Not just any dream. The kind that wrapped around her like a worn sweater—familiar, warm, and utterly unfair.
It started the same way it always did: that moment in the corridor. The first time their eyes met. The way the world seemed to tilt a little. How he blinked like he was seeing color for the first time and she blinked like she wasn’t supposed to feel anything, and yet—there it was.
Then the scenes came in quick flickers.
Lucian’s voice in the car as he drove her home from the hospital, soft and slow like jazz on a rainy night.
His hand brushing hers as he passed her tea—chamomile, because he noticed things.
The way they danced in his apartment, barefoot, slightly tipsy. Her head on his chest. His heartbeat calm. His breath steady.
Then the kiss.
God, that kiss.
It played on loop in her subconscious like it was sponsored by every romance movie she’d ever pretended not to cry over. And just when she thought her heart might combust from the memory, the dream shifted—Lucian’s eyes looking at her like she was made of starlight and sadness.
And he whispered again, just like before, “Let’s not want too hard. Let’s just be.”
But this time, dream-Rhea grabbed him by the collar and said, “Screw that. I do want. And I want you, you poetic cinnamon roll of a man.”
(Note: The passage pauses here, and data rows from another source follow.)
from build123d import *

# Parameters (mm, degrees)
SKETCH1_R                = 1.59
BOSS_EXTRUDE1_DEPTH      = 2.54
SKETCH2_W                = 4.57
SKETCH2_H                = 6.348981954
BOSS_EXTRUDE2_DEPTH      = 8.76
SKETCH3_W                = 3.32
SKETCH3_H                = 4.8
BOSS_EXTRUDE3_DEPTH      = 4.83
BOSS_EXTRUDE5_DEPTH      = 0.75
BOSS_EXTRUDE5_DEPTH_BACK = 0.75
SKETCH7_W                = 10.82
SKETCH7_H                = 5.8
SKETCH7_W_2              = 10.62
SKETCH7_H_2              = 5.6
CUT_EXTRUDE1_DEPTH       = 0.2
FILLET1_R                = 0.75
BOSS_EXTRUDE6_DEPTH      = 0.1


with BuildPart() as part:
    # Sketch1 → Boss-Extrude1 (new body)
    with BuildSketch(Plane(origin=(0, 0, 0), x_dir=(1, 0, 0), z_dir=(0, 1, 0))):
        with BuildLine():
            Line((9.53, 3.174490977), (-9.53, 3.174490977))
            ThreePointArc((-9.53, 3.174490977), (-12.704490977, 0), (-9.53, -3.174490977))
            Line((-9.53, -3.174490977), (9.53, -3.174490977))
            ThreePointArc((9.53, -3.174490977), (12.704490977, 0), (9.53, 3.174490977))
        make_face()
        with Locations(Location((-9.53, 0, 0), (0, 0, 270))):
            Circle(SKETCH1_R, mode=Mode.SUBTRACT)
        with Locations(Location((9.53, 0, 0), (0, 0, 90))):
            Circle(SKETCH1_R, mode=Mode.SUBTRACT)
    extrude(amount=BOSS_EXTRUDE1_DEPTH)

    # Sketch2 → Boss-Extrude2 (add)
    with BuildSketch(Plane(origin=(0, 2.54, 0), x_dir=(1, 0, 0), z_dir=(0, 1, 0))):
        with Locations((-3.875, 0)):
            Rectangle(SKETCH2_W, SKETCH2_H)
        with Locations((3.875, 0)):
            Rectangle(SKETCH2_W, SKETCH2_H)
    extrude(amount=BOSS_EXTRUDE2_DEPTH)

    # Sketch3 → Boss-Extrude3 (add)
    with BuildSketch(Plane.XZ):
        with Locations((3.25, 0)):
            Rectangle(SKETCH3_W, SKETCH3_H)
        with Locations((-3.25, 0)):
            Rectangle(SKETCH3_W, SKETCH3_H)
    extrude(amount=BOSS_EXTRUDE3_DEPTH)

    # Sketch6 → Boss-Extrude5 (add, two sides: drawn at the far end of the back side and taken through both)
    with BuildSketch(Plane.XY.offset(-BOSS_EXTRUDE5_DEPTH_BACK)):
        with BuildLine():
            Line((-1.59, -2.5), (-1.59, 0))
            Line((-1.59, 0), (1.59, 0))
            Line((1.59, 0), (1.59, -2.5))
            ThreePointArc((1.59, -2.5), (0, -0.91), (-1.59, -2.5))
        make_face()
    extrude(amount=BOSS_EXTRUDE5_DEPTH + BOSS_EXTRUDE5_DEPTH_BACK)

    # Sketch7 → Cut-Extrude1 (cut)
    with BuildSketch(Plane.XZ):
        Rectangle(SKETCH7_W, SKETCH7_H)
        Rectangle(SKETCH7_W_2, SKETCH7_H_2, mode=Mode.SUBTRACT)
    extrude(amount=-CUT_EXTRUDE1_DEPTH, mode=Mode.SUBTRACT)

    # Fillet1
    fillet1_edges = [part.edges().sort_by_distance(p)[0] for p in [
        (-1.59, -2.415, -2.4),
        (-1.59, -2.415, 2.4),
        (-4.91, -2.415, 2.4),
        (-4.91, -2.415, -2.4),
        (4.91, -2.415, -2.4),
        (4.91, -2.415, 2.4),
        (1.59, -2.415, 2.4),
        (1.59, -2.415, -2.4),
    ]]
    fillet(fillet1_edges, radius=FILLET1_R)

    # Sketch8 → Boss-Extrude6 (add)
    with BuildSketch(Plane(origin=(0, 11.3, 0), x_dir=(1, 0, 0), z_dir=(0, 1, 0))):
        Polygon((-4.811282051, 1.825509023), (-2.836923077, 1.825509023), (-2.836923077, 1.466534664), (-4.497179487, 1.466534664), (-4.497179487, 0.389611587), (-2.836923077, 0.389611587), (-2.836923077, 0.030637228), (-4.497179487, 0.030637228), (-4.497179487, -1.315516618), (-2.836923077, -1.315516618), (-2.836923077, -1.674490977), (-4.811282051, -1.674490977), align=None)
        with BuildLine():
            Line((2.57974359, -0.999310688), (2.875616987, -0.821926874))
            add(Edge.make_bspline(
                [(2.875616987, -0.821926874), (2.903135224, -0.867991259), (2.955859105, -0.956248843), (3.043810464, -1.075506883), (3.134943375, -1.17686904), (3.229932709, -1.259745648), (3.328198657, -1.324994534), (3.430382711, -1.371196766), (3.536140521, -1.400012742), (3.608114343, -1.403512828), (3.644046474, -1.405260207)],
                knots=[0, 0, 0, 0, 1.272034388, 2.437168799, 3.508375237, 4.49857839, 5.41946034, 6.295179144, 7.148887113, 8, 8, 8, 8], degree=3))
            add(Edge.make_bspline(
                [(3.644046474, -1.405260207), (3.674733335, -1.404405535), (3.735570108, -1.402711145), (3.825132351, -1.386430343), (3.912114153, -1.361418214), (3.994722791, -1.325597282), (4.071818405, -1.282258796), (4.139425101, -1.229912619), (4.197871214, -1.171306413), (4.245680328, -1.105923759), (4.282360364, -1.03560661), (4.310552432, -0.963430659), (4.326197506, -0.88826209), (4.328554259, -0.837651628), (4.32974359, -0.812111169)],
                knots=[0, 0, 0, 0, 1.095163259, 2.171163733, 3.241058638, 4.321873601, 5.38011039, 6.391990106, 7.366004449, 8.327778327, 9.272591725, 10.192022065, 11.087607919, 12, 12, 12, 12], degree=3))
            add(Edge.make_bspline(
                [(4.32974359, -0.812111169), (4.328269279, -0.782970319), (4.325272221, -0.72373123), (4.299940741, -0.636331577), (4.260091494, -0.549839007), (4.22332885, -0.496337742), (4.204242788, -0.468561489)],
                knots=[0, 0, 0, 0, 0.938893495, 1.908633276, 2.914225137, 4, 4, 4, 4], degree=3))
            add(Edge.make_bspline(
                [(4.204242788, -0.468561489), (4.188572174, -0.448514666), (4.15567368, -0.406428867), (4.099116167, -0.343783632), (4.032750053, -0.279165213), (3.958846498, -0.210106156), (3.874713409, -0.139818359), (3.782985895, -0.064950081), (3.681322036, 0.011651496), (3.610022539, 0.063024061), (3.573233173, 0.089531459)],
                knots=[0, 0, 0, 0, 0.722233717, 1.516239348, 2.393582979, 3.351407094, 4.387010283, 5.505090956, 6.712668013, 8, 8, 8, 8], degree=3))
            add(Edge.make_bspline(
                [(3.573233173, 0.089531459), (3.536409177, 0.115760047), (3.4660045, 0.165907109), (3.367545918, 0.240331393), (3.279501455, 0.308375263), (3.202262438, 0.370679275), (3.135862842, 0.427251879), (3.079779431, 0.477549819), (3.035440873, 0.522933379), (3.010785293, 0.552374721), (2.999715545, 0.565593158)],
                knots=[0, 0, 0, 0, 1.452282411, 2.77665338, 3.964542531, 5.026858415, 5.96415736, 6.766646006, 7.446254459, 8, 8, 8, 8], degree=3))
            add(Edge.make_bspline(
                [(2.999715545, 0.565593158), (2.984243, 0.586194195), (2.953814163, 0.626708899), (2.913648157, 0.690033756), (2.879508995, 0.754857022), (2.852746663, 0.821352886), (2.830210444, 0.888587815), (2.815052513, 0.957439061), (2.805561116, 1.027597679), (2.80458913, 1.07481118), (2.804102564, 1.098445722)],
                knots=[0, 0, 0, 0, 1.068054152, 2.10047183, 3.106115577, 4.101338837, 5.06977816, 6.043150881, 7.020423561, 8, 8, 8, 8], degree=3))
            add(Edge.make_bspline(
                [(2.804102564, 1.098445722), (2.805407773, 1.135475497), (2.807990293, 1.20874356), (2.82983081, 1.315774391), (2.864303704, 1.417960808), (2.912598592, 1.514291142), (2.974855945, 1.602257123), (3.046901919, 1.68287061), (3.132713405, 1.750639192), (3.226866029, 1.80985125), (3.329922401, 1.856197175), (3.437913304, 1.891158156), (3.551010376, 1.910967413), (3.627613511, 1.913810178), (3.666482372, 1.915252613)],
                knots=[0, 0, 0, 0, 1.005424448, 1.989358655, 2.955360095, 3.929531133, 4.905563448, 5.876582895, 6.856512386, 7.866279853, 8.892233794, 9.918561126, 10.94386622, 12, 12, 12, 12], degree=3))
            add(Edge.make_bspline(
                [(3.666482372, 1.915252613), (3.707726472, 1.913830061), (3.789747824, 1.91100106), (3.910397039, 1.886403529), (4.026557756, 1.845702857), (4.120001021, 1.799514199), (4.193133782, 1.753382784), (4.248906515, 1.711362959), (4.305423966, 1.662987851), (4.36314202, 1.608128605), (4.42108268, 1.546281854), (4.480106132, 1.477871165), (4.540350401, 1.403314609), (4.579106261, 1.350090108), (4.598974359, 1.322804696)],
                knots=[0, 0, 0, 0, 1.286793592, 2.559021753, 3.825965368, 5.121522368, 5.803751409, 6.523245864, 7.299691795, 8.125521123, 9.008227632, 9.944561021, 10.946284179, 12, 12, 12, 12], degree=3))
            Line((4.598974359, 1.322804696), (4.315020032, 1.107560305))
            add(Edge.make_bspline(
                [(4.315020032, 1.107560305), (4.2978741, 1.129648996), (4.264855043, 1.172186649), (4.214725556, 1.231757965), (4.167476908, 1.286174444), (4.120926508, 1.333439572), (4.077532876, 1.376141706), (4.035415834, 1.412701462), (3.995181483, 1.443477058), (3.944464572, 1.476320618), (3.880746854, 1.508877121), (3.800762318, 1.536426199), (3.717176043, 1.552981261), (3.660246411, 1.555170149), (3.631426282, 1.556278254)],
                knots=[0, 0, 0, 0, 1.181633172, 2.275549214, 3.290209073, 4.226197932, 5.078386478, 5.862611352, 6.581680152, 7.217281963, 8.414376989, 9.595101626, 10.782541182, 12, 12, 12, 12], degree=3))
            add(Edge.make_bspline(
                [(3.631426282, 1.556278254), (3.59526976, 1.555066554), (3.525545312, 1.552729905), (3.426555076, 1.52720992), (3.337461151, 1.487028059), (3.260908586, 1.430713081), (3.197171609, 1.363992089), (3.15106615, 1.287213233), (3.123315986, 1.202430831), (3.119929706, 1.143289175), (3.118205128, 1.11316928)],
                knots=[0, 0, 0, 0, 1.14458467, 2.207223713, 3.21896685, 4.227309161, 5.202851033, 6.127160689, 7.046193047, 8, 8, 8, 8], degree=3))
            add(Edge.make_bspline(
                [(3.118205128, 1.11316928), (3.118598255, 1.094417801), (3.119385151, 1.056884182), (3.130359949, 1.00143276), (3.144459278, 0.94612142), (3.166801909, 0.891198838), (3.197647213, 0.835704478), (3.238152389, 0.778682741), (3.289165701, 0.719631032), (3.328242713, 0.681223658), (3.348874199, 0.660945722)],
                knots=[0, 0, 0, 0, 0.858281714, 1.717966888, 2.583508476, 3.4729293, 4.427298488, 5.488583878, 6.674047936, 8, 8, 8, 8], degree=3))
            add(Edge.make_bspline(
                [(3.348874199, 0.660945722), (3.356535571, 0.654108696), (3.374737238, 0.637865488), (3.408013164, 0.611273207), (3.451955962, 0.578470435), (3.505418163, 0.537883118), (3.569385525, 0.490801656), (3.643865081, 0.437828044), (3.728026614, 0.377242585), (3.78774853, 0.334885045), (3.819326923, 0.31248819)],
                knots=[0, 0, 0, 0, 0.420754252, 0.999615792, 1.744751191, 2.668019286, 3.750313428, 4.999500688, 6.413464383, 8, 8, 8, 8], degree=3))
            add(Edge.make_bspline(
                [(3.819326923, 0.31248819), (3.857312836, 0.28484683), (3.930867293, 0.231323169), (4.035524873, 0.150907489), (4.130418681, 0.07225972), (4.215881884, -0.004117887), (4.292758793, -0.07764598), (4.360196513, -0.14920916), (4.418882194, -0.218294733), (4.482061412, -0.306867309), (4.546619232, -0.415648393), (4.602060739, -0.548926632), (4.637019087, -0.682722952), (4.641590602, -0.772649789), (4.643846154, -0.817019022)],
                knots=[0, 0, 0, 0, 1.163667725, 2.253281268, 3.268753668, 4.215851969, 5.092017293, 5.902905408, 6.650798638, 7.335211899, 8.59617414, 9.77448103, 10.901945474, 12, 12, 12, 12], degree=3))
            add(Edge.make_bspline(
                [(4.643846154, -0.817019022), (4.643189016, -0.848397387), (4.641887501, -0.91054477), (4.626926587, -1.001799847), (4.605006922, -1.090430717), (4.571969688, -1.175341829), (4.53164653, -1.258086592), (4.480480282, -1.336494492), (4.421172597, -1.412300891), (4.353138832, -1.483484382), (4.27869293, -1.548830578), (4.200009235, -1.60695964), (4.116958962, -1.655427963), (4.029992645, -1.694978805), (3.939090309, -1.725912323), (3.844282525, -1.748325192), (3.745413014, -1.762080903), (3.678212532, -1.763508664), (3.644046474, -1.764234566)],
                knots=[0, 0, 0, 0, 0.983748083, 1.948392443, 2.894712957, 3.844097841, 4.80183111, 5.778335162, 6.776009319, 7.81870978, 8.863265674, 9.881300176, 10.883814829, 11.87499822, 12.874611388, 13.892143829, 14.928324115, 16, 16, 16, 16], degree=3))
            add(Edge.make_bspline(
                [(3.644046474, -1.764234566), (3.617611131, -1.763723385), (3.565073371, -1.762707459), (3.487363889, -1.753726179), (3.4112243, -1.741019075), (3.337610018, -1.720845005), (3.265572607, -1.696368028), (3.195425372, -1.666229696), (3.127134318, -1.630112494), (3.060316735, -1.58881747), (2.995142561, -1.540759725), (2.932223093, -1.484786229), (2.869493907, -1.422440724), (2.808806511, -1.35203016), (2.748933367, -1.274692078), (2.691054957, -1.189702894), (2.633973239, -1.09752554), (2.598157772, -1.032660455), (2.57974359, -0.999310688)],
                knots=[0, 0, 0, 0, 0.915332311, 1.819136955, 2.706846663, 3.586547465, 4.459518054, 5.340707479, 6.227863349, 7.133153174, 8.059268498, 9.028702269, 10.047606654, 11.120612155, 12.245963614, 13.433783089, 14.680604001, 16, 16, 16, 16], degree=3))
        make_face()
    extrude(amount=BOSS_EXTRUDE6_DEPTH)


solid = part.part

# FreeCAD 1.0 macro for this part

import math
import FreeCAD as App
import Part
import Sketcher
Q = App.Units.Quantity


def edges_at(feature, points):
    """Names of the edges that pass closest to the given points."""
    edges = feature.Shape.Edges
    near = lambda p: min(range(len(edges)), key=lambda i: edges[i].distToShape(Part.Vertex(*p))[0])
    return sorted({f"Edge{near(p) + 1}" for p in points})

doc = App.newDocument("Part")
body = doc.addObject("PartDesign::Body", "Body")

sketch1 = body.newObject("Sketcher::SketchObject", "Sketch")
sketch1.AttachmentSupport = (doc.getObject("XZ_Plane"), [""])
sketch1.MapMode = "FlatFace"
sketch1.addGeometry([
    Part.LineSegment(App.Vector(9.5, -3.2, 0), App.Vector(-9.5, -3.2, 0)),
    Part.ArcOfCircle(Part.Circle(App.Vector(-9.5, 0, 0), App.Vector(0, 0, 1), 3.2), math.radians(90), math.radians(270)),
    Part.LineSegment(App.Vector(-9.5, 3.2, 0), App.Vector(9.5, 3.2, 0)),
    Part.ArcOfCircle(Part.Circle(App.Vector(9.5, 0, 0), App.Vector(0, 0, 1), 3.2), math.radians(-90), math.radians(90)),
    Part.Circle(App.Vector(-9.5, 0, 0), App.Vector(0, 0, 1), 1.6),
    Part.Circle(App.Vector(9.5, 0, 0), App.Vector(0, 0, 1), 1.6),
], False)
sketch1.addConstraint([
    Sketcher.Constraint("Tangent", 0, 2, 1, 2),
    Sketcher.Constraint("Tangent", 1, 1, 2, 1),
    Sketcher.Constraint("Tangent", 2, 2, 3, 2),
    Sketcher.Constraint("Tangent", 3, 1, 0, 1),
    Sketcher.Constraint("Horizontal", 0),
    Sketcher.Constraint("Horizontal", 2),
    Sketcher.Constraint("Coincident", 4, 3, 1, 3),
    Sketcher.Constraint("Coincident", 5, 3, 3, 3),
    Sketcher.Constraint("Equal", 4, 5),
    Sketcher.Constraint("Symmetric", 1, 3, 3, 3, -1, 1),
    Sketcher.Constraint("Diameter", 4, Q("3.18 mm")),
    Sketcher.Constraint("DistanceX", 0, 2, 0, 1, Q("19.06 mm")),
    Sketcher.Constraint("Radius", 1, Q("3.174491 mm")),
])
pad1 = body.newObject("PartDesign::Pad", "Pad")
pad1.Profile = sketch1
pad1.Length = 2.54
pad1.Reversed = True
She woke up with a gasp, tangled in her blanket like a caterpillar mid-existential crisis. Her forehead was damp with sweat. Her heart was pounding like it had just sprinted through a novel-length love story.
“Okay,” she whispered to herself, pushing hair from her face, “that’s it. I’ve had it with these nightly reruns of the Emotional Cinema Lucian Edition.”
She sat up, hugged her knees to her chest, and stared dramatically at the ceiling.
“I know you told me not to chase too hard, Lucian,” she said aloud to the room, “but respectfully, I’m ignoring that advice.”
There was a pause. No reply. Just her dusty ceiling fan spinning like it was mildly disappointed.
“I mean, come on,” she continued, standing up now, talking to herself like the unhinged romantic she was. “If you could just waltz into my life out of nowhere and turn it upside down, I can absolutely do the same thing. Equal rights, baby.”
She began pacing. “This is 2025. Women can love boldly. We can vote, wear jumpsuits, start empires, and chase emotionally available art men if we want to.”
Rhea marched to the mirror and pointed at her reflection. “You’re gonna get him. Not in a scary stalker way. In a cute, determined, fate-just-gave-you-a-second-chance way.”
Then she paused.
“Okay, maybe a slightly unhinged way. But charming. Unhinged with style.”
She grabbed her phone and googled: How to casually run into a man you love but who doesn’t remember you because you’ve time-traveled emotionally and he hasn’t.
No results. Useless internet.
She dropped her phone with a sigh and collapsed back onto the bed, flopping like a melodramatic starfish.
“Tomorrow,” she muttered. “Tomorrow I start the Lucian Hunt.”
She held a pillow to her chest, pretending it was his hoodie or his shoulder or something else deeply comforting and mildly scented.
“I’m coming for you, Lucian,” she whispered into the pillow. “Just give me a head start before I get awkward.”
Then she blinked at the ceiling once more and added with a smirk,
“Let’s not want too hard, you said? Watch me.”